**What to produce:** When the line containing "f 166 165 116" appears in the entries below, begin printing there and stop after the line containing "f 180 179 135"; print each of those lines exactly and no other line.

**Records contained in a dataset:**
· · · · ·
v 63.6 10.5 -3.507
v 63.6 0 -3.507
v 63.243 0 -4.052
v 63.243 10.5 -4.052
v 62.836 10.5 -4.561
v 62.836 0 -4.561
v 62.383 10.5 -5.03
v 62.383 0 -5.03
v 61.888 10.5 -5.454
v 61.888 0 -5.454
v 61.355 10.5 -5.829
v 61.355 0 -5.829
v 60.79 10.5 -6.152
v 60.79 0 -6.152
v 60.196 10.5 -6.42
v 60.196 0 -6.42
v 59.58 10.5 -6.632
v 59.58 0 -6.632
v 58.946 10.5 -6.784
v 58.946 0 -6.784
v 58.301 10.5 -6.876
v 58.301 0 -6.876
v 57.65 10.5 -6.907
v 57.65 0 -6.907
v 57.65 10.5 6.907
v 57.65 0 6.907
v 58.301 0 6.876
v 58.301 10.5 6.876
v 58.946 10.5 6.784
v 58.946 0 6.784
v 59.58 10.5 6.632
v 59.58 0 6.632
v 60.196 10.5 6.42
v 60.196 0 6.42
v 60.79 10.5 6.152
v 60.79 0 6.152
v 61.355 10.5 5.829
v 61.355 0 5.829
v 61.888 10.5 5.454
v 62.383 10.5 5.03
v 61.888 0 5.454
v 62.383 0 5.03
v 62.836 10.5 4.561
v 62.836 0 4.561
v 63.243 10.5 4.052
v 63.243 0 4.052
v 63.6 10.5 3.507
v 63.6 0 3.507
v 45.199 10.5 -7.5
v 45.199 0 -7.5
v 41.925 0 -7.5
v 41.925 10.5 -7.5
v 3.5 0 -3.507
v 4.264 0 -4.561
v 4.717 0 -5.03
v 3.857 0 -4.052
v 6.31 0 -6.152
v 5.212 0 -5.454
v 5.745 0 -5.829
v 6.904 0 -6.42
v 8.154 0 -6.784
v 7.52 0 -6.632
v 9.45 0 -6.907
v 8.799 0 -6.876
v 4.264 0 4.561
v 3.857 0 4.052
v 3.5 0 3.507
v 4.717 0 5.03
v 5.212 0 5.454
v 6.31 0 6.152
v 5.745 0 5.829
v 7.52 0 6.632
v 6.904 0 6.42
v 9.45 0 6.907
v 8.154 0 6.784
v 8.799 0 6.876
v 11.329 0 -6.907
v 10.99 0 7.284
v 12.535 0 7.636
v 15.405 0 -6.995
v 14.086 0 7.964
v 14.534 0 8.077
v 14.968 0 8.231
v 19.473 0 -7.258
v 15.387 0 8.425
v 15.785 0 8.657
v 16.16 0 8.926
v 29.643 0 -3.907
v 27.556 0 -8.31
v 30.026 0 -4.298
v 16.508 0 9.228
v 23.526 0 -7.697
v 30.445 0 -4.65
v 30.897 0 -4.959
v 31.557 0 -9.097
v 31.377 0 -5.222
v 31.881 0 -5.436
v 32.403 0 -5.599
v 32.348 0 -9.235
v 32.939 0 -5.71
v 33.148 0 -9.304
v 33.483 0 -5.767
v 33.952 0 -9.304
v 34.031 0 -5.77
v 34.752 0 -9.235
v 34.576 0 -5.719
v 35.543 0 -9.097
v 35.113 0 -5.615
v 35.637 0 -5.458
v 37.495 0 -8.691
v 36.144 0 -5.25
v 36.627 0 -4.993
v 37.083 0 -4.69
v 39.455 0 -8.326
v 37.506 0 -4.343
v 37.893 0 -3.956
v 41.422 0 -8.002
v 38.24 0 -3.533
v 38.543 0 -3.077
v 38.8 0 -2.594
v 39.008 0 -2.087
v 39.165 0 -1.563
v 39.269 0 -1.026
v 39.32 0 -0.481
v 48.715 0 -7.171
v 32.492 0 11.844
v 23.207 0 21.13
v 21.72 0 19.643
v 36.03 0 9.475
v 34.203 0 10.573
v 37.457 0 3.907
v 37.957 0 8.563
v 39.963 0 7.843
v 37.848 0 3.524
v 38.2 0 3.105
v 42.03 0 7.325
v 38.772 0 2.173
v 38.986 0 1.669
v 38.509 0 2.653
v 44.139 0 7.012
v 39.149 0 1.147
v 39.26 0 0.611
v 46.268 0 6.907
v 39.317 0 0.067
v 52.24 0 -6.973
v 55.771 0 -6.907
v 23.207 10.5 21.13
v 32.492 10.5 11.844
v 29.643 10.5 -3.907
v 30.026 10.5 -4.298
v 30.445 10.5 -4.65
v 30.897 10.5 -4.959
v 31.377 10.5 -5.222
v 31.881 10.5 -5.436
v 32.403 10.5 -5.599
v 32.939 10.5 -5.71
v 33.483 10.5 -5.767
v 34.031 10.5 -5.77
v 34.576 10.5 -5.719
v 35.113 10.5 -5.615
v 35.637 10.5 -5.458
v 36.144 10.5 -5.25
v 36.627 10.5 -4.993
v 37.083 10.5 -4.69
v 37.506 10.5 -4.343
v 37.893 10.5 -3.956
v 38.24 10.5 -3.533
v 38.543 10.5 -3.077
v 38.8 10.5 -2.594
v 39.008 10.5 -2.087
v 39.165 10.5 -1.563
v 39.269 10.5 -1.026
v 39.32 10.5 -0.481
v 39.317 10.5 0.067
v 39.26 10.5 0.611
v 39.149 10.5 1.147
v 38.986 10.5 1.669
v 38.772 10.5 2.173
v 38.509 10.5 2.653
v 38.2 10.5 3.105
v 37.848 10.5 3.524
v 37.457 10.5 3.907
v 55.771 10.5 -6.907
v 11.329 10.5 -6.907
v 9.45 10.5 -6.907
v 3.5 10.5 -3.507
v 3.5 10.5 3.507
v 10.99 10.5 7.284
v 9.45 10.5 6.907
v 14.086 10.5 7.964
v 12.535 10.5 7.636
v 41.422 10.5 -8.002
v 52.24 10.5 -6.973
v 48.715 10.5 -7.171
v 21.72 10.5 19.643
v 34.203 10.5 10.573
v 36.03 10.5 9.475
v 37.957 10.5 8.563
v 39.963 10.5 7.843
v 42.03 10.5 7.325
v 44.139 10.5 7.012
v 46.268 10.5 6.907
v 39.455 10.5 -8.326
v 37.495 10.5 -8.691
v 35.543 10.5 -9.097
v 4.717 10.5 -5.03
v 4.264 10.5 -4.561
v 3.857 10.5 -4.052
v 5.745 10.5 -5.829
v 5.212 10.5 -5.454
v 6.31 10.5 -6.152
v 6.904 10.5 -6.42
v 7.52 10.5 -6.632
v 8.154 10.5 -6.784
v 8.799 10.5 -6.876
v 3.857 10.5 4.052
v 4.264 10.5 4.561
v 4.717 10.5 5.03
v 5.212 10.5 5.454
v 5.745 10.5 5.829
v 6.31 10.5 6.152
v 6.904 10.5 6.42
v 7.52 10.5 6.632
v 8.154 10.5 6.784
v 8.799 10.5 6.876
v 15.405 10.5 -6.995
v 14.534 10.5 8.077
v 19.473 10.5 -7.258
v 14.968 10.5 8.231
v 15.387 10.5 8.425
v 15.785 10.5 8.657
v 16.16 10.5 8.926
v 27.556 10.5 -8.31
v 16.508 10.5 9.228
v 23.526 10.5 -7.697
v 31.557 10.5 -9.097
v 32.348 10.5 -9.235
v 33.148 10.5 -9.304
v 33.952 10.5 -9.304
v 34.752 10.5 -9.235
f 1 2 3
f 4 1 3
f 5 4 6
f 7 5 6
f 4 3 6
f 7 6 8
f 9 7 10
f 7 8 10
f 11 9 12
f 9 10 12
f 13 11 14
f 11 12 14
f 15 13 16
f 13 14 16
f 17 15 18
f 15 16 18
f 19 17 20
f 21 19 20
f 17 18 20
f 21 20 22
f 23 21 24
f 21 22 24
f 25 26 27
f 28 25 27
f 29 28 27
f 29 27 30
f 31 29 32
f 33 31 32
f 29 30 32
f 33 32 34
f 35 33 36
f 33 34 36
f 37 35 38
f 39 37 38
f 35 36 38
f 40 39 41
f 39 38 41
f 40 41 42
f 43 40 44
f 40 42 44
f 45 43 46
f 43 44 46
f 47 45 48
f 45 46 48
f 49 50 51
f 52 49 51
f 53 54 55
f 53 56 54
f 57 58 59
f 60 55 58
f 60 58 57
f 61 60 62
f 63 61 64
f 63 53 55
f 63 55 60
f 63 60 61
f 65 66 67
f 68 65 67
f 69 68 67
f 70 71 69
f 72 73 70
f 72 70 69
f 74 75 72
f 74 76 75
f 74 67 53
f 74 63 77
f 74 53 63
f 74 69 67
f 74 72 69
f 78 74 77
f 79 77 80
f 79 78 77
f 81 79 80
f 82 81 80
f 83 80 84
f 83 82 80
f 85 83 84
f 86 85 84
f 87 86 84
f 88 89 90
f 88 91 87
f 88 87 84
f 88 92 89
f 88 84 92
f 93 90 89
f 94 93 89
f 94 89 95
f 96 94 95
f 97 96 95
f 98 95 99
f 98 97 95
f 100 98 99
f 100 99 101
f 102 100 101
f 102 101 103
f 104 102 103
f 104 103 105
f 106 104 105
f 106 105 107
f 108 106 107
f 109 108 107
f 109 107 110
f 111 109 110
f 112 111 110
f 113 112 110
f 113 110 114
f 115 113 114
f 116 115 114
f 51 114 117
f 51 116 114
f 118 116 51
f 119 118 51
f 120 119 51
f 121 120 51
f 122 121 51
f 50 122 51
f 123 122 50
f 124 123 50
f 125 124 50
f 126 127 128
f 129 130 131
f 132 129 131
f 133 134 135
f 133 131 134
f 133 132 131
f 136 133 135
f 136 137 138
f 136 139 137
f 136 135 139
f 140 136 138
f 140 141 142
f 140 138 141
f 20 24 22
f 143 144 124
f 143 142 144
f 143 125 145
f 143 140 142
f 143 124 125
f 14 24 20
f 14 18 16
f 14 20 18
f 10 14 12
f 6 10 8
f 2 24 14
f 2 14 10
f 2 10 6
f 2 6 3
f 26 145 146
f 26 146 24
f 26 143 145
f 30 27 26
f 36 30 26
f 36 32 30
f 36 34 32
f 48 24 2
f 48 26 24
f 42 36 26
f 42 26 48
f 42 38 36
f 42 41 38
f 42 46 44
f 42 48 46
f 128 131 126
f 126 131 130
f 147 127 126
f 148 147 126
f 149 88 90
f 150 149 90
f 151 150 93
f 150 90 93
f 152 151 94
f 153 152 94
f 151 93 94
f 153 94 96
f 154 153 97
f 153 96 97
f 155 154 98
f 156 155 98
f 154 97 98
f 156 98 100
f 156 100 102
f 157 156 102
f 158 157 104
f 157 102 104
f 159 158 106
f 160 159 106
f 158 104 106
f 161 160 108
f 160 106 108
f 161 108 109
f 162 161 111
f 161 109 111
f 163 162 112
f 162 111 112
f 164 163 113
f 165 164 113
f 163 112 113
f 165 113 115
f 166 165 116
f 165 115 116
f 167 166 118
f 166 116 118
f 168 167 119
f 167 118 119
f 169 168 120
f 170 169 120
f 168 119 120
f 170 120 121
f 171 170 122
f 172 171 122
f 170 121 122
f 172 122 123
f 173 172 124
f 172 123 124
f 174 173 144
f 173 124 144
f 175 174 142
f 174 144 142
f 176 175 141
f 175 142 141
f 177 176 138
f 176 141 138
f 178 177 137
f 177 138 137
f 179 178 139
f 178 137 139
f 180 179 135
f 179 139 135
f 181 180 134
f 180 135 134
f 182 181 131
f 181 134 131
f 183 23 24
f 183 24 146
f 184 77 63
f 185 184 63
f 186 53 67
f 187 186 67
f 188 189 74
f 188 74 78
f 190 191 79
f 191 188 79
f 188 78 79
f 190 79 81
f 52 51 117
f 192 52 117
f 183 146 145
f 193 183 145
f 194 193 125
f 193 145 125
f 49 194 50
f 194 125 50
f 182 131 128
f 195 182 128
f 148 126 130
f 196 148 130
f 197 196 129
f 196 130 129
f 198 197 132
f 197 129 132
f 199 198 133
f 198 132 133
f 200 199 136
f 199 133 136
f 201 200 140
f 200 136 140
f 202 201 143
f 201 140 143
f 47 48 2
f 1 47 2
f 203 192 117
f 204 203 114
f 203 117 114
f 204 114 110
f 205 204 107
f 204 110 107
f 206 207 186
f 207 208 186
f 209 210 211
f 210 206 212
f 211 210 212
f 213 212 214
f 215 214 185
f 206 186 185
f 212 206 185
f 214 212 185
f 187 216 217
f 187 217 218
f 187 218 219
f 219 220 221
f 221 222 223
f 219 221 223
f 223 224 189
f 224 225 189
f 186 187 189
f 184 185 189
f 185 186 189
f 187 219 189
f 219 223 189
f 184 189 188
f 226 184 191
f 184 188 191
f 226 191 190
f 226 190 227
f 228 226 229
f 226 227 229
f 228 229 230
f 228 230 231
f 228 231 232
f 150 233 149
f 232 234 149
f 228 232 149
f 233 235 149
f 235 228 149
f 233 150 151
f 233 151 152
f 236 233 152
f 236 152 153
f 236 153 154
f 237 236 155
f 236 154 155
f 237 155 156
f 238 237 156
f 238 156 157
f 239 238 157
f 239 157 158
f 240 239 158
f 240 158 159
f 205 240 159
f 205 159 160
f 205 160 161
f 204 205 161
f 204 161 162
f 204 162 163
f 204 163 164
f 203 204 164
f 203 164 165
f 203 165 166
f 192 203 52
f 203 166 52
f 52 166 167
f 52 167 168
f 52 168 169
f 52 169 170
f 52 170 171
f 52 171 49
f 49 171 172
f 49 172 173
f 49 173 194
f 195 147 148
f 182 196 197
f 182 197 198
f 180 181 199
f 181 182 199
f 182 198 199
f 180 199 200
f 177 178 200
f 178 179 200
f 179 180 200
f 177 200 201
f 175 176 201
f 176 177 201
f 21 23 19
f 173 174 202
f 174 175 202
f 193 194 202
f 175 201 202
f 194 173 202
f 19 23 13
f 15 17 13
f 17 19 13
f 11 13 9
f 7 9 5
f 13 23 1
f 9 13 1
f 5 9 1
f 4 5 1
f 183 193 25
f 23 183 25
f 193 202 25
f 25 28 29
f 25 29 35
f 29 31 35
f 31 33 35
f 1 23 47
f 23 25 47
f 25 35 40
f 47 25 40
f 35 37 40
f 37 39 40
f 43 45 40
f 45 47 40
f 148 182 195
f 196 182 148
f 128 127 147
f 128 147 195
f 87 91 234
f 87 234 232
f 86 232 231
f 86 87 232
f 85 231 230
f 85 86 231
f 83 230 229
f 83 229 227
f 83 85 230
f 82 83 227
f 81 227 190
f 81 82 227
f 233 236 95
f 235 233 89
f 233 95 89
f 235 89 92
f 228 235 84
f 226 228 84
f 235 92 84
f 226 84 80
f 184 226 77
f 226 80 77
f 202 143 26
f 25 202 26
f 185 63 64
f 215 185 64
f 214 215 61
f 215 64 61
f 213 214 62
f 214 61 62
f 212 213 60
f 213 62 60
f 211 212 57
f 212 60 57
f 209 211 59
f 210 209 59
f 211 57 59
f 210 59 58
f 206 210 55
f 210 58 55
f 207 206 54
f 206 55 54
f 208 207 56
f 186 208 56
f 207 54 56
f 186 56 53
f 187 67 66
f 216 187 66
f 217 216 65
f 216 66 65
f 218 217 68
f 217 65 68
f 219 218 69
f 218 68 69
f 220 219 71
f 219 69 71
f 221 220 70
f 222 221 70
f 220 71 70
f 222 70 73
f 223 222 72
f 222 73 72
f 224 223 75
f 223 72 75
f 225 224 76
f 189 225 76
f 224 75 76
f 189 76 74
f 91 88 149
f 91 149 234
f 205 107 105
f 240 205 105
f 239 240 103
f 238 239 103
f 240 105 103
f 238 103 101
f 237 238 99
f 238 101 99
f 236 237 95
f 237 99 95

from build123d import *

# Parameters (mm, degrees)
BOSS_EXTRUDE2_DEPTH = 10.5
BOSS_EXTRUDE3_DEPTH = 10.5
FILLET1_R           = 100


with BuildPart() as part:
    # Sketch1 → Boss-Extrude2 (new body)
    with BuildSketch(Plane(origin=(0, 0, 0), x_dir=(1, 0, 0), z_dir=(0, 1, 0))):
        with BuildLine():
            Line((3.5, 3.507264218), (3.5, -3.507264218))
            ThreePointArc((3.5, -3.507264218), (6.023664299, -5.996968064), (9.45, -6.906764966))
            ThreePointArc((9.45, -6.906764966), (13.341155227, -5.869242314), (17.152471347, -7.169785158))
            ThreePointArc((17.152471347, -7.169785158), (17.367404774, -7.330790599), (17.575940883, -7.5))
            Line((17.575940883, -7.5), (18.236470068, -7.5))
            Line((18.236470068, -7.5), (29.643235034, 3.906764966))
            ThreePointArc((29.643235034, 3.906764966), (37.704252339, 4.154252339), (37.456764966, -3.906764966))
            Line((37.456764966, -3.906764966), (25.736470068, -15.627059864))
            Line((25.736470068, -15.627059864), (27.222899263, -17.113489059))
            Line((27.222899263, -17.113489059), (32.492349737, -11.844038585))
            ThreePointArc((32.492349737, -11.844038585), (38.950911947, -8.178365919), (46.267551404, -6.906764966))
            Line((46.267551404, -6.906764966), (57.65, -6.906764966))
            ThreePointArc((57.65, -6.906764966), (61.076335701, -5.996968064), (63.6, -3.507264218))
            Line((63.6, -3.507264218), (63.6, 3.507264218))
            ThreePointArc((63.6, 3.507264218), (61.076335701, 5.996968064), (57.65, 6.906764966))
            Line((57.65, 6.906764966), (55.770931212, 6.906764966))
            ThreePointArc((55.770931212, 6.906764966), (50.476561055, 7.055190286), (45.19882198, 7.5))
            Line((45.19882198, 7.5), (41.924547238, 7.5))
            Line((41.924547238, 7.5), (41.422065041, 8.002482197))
· · · · ·
**Result of the task:**
f 166 165 116
f 165 115 116
f 167 166 118
f 166 116 118
f 168 167 119
f 167 118 119
f 169 168 120
f 170 169 120
f 168 119 120
f 170 120 121
f 171 170 122
f 172 171 122
f 170 121 122
f 172 122 123
f 173 172 124
f 172 123 124
f 174 173 144
f 173 124 144
f 175 174 142
f 174 144 142
f 176 175 141
f 175 142 141
f 177 176 138
f 176 141 138
f 178 177 137
f 177 138 137
f 179 178 139
f 178 137 139
f 180 179 135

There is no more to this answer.